Thanks for the information! I was suspecting that this would be the case.

So I guess that the only way to get rid of the nulls is to get another PB13 or to apply room treatments?

-Alex-


----------



## brucek (Apr 11, 2006)

> So I guess that the only way to get rid of the nulls is to get another PB13 or to apply room treatments?


Yeah, positioning certainly will work, but not for all seating positions over a large area. There's usually a trade off. 

Multiple subs is tricky. It can take a lot of work to get them to fight each other to produce a smooth response over the large area. Some people are lucky and others are not - they give up and co-locate the two. In those cases, that's quite an expense to get some extra headroom if you don't really need it.

Maybe check out our acoustics section and get advice on treatment.

brucek


----------



## Wayne A. Pflughaupt (Apr 13, 2006)

Yeah, like brucek said, dual separately-located subs are usually tricky, but it can't hurt to try. Using REW's real-time feature could eliminate the guess work and minimize the time spent. I wouldn't waste my time on the 19 Hz null, since the second sub probably won't get that low anyway. Maybe you could find a location for the second sub that could "fill in" the 60 Hz null at those seats, and keep its volume low enough so that its effect on the main sub would be minimal. The goal would be to improve the null, not necessarily totally eliminate it, especially at the expense of the main sub's response.

Before even trying, take in consideration what the 60 Hz null is like. If it's broad, then this exercise might be worth the effort. However, if it's narrow and deep it won't be readily audible anyway, so no sense wasting your time with this.

Regards,
Wayne


----------



## bairda (Apr 7, 2009)

Wayne A. Pflughaupt said:


> Yeah, like brucek said, dual separately-located subs are usually tricky, but it can't hurt to try. Using REW's real-time feature could eliminate the guess work and minimize the time spent. I wouldn't waste my time on the 19 Hz null, since the second sub probably won't get that low anyway. Maybe you could find a location for the second sub that could "fill in" the 60 Hz null at those seats, and keep its volume low enough so that its effect on the main sub would be minimal. The goal would be to improve the null, not necessarily totally eliminate it, especially at the expense of the main sub's response.
> 
> Before even trying, take in consideration what the 60 Hz null is like. If it's broad, then this exercise might be worth the effort. However, if it's narrow and deep it won't be readily audible anyway, so no sense wasting your time with this.
> 
> ...


To give you an idea of what the issues are here are some measurements. I have a central measurement in the middle of the listening area that looks pretty good:







*Center of Listening Area *








*Center of Listening Area waterfall*

Here is the couch to the right that looks pretty good to:







*Right couch of Listening Area*








*Right couch of Listening Area waterfall*

And here is the problem area to the left of the center of the listening area:







*Left couch of Listening area*








*Left couch of Listening area waterfall*


As you can see on the left couch measurement, quite a null at around 19hz and also a drop qound 50 hz that stays low through 85hz.

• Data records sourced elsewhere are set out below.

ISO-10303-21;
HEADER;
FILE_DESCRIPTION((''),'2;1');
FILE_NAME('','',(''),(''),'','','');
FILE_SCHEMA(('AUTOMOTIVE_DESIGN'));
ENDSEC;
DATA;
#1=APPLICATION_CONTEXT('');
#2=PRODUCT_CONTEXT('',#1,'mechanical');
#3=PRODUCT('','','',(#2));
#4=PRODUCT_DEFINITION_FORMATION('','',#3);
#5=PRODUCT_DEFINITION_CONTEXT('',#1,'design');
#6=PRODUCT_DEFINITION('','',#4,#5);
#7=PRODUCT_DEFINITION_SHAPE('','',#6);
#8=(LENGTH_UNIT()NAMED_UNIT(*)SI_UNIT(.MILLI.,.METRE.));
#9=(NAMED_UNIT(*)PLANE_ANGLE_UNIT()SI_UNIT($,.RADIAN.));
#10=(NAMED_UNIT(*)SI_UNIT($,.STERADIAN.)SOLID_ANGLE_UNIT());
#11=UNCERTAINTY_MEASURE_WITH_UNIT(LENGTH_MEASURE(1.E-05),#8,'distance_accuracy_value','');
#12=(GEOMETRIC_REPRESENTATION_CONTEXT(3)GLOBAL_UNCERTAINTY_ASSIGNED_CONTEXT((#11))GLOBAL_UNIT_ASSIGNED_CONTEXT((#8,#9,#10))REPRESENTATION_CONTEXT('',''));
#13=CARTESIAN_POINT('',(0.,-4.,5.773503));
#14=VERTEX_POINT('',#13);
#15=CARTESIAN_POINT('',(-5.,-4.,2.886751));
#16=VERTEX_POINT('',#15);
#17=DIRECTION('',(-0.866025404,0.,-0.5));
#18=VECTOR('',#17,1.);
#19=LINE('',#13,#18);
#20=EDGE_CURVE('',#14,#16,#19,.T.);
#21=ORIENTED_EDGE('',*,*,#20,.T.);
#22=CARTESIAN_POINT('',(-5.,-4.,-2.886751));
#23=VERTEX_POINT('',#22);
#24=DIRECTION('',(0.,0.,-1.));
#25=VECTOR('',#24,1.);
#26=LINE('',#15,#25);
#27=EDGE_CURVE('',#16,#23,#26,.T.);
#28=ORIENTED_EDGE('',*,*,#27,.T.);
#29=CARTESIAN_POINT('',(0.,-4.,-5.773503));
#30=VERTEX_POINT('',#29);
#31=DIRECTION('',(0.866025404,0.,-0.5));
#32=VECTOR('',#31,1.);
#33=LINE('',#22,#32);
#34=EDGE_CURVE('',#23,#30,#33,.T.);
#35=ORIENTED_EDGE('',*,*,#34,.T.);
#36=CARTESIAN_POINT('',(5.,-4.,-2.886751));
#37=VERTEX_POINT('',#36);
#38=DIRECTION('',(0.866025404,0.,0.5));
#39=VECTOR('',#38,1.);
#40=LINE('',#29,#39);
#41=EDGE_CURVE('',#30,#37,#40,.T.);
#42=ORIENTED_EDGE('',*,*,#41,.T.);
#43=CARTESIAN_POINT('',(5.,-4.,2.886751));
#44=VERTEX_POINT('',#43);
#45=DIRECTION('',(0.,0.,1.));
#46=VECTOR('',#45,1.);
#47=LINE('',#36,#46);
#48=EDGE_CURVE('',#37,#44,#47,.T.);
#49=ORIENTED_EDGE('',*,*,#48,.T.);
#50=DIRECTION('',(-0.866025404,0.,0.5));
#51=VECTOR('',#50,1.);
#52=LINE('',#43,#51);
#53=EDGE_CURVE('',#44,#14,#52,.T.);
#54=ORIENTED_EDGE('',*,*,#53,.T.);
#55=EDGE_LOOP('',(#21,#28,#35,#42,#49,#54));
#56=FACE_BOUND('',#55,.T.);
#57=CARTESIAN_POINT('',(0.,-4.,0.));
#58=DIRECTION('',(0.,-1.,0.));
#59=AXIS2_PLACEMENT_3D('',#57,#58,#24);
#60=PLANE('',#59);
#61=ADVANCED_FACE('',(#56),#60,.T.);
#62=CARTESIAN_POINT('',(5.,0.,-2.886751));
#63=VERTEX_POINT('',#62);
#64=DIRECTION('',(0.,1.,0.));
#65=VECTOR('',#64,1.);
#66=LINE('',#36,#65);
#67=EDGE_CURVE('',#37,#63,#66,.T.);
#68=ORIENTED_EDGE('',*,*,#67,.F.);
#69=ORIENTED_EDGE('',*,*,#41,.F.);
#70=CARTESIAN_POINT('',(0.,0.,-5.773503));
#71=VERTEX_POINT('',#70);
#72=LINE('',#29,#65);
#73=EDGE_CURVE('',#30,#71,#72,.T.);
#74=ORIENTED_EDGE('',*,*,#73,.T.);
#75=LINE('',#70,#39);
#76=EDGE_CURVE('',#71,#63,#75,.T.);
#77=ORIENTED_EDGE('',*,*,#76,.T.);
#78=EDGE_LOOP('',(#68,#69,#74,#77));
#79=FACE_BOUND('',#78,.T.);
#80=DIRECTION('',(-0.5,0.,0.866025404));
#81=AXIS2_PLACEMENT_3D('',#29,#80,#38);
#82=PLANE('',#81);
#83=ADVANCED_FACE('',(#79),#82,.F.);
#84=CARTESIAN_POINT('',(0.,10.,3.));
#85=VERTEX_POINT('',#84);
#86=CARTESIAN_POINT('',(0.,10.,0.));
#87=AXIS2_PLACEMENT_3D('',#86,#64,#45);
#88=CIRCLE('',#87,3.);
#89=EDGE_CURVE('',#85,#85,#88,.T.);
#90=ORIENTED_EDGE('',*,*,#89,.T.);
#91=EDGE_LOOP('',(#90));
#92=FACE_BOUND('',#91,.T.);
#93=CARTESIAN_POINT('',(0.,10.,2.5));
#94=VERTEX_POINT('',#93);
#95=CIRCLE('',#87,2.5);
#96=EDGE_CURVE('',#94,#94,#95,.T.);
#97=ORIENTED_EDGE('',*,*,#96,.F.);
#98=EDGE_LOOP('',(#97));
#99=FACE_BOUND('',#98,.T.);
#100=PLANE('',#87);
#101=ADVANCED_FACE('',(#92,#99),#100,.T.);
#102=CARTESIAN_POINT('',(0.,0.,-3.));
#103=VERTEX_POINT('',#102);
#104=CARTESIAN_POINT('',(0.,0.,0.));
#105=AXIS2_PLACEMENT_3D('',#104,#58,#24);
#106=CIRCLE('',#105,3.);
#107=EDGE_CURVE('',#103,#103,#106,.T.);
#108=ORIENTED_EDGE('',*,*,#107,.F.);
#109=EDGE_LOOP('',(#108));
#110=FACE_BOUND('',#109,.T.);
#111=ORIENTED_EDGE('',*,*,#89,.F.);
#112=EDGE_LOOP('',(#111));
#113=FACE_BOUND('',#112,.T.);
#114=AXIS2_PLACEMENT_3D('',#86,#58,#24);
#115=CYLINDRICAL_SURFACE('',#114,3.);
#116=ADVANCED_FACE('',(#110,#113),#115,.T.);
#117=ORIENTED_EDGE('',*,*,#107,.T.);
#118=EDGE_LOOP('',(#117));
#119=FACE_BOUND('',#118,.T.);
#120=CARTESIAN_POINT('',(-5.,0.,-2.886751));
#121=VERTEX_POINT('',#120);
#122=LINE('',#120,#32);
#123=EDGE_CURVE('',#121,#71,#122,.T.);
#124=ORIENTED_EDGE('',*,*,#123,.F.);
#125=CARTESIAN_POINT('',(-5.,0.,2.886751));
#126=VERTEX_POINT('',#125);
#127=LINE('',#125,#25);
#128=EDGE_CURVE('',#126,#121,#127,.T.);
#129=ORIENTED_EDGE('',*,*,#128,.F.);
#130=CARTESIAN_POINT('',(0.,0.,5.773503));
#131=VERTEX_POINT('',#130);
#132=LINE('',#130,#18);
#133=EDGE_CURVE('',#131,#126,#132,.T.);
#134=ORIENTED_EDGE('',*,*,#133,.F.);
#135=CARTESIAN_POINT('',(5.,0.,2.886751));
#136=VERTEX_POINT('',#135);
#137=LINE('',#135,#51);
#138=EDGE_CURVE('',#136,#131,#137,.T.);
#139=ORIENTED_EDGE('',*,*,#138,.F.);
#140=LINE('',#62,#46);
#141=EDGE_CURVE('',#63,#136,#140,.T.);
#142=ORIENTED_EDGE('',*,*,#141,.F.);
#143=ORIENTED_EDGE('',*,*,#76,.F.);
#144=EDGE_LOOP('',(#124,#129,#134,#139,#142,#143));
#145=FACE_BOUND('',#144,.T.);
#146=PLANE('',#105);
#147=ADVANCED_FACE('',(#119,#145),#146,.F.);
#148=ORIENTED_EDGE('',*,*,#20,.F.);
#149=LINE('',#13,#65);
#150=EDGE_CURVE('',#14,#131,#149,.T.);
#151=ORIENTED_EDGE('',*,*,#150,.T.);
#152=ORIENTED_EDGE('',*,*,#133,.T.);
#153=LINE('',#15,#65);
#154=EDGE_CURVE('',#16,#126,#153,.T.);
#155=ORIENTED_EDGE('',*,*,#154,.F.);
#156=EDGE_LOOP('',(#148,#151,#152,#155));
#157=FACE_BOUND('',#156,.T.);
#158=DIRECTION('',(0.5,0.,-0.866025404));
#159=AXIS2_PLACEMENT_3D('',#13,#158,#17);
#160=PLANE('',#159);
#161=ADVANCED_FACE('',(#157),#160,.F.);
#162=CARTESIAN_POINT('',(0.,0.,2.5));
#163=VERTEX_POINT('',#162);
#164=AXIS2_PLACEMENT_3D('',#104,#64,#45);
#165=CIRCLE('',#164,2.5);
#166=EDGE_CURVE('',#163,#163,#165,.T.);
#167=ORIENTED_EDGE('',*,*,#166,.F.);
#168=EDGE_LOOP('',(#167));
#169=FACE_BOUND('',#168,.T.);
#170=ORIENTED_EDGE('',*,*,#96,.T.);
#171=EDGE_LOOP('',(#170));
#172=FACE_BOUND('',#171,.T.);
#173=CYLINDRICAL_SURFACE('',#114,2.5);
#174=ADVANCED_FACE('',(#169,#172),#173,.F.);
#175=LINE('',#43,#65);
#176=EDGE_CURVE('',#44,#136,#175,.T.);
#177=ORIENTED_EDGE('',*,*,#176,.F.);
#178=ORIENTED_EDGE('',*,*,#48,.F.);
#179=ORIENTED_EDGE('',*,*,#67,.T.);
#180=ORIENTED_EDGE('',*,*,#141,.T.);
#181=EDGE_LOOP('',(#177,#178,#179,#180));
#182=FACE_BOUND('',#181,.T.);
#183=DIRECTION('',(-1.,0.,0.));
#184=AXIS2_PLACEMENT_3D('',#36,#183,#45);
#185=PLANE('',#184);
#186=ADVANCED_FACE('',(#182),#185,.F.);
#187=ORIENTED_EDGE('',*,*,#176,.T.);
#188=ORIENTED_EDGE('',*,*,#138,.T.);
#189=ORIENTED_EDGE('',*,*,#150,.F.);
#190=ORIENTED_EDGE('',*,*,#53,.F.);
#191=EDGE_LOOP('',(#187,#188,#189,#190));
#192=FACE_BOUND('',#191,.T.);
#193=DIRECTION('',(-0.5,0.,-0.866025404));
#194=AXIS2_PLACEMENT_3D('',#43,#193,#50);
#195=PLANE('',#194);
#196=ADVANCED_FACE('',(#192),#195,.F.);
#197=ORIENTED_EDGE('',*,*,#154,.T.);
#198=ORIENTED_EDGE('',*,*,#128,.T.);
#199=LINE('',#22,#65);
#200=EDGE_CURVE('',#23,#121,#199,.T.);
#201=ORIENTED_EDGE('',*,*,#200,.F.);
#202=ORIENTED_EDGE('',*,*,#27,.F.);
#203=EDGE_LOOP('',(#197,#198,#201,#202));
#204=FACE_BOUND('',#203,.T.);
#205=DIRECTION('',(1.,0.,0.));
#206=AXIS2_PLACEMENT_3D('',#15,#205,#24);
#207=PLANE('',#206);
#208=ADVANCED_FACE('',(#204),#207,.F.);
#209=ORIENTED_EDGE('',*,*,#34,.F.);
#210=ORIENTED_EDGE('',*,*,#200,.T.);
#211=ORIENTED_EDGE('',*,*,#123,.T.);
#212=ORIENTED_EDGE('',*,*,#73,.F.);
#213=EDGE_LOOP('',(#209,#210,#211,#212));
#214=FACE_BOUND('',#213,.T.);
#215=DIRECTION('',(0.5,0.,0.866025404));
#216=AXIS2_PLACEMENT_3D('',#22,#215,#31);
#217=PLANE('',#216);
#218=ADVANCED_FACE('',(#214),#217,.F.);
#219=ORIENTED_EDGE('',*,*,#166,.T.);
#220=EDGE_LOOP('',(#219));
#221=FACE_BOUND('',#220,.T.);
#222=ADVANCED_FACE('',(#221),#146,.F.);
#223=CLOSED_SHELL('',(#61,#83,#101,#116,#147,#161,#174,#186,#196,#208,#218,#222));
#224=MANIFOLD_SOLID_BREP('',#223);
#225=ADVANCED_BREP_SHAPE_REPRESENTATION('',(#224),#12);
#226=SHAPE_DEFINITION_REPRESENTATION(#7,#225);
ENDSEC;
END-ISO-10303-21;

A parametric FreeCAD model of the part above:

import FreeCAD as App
import Part
import Sketcher

V = App.Vector
Q = App.Units.Quantity


def add_polygon(sketch, points):
    """Adds a closed chain of lines whose ends are joined by coincident constraints."""
    first, n = sketch.GeometryCount, len(points)
    for a, b in zip(points, points[1:] + points[:1]):
        sketch.addGeometry(Part.LineSegment(App.Vector(*a, 0), App.Vector(*b, 0)), False)
    for i in range(n):
        sketch.addConstraint(Sketcher.Constraint("Coincident", first + i, 2, first + (i + 1) % n, 1))

doc = App.newDocument("Part")
body = doc.addObject("PartDesign::Body", "Body")

sketch1 = doc.addObject("Sketcher::SketchObject", "Sketch")
body.addObject(sketch1)
sketch1.AttachmentSupport = (doc.XZ_Plane, [""])
sketch1.MapMode = "FlatFace"
sketch1.addGeometry(Part.Circle(V(0, 0, 0), V(0, 0, 1), 3), False)
sketch1.addGeometry(Part.Circle(V(0, 0, 0), V(0, 0, 1), 2.5), False)
sketch1.addConstraint(Sketcher.Constraint("Coincident", 0, 3, -1, 1))
sketch1.addConstraint(Sketcher.Constraint("Coincident", 1, 3, -1, 1))
sketch1.addConstraint(Sketcher.Constraint("Diameter", 0, Q("6 mm")))
sketch1.addConstraint(Sketcher.Constraint("Diameter", 1, Q("5 mm")))
pad1 = doc.addObject("PartDesign::Pad", "Pad")
body.addObject(pad1)
pad1.Profile = sketch1
pad1.Length = 10
pad1.Reversed = True

sketch2 = doc.addObject("Sketcher::SketchObject", "Sketch001")
body.addObject(sketch2)
sketch2.AttachmentSupport = (doc.XZ_Plane, [""])
sketch2.MapMode = "FlatFace"
add_polygon(sketch2, [(0, 6), (-5, 3), (-5, -3), (0, -6), (5, -3), (5, 3)])
sketch2.addConstraint(Sketcher.Constraint("Vertical", 1))
sketch2.addConstraint(Sketcher.Constraint("Vertical", 4))
sketch2.addConstraint(Sketcher.Constraint("Symmetric", 0, 2, 3, 2, -1, 1))
sketch2.addConstraint(Sketcher.Constraint("Symmetric", 2, 2, 5, 2, -1, 1))
sketch2.addConstraint(Sketcher.Constraint("PointOnObject", 2, 2, -2))
sketch2.addConstraint(Sketcher.Constraint("Parallel", 2, 5))
sketch2.addConstraint(Sketcher.Constraint("Horizontal", 1, 2, 3, 2))
sketch2.addConstraint(Sketcher.Constraint("Angle", 0, Q("-150 deg")))
sketch2.addConstraint(Sketcher.Constraint("DistanceX", 0, 2, -1, 1, Q("5 mm")))
sketch2.addConstraint(Sketcher.Constraint("DistanceY", 1, 2, 1, 1, Q("5.773503 mm")))
pad2 = doc.addObject("PartDesign::Pad", "Pad001")
body.addObject(pad2)
pad2.Profile = sketch2
pad2.Length = 4

doc.recompute()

Could this be a phase problem? I am willing to spend some $$ on treatments or an equalizer like the BFD, Anti-Mode or the new EQ1 from SVS.

What do you think?
Thanks,
-Alex-


----------



## brucek (Apr 11, 2006)

> What do you think?


I think most people would love to have such smooth plots.

You have very little to worry about with those results.

The dip in the yellow graph at 19hz is a sharp dip that wouldn't probably be perceivable. It is a typical cancellation caused by a reflection.
The dips around the crossover could likely be ameliorated with the phase or distance controls. Either way, they aren't bad enough to consider a second sub to remove them.

BTW, switch the waterfall graphs to LOG from LIN mode to get the full graph.

brucek


----------



## bairda (Apr 7, 2009)

brucek said:


> I think most people would love to have such smooth plots.
> 
> You have very little to worry about with those results.
> 
> ...


Thanks! Looks like I have it better than I know!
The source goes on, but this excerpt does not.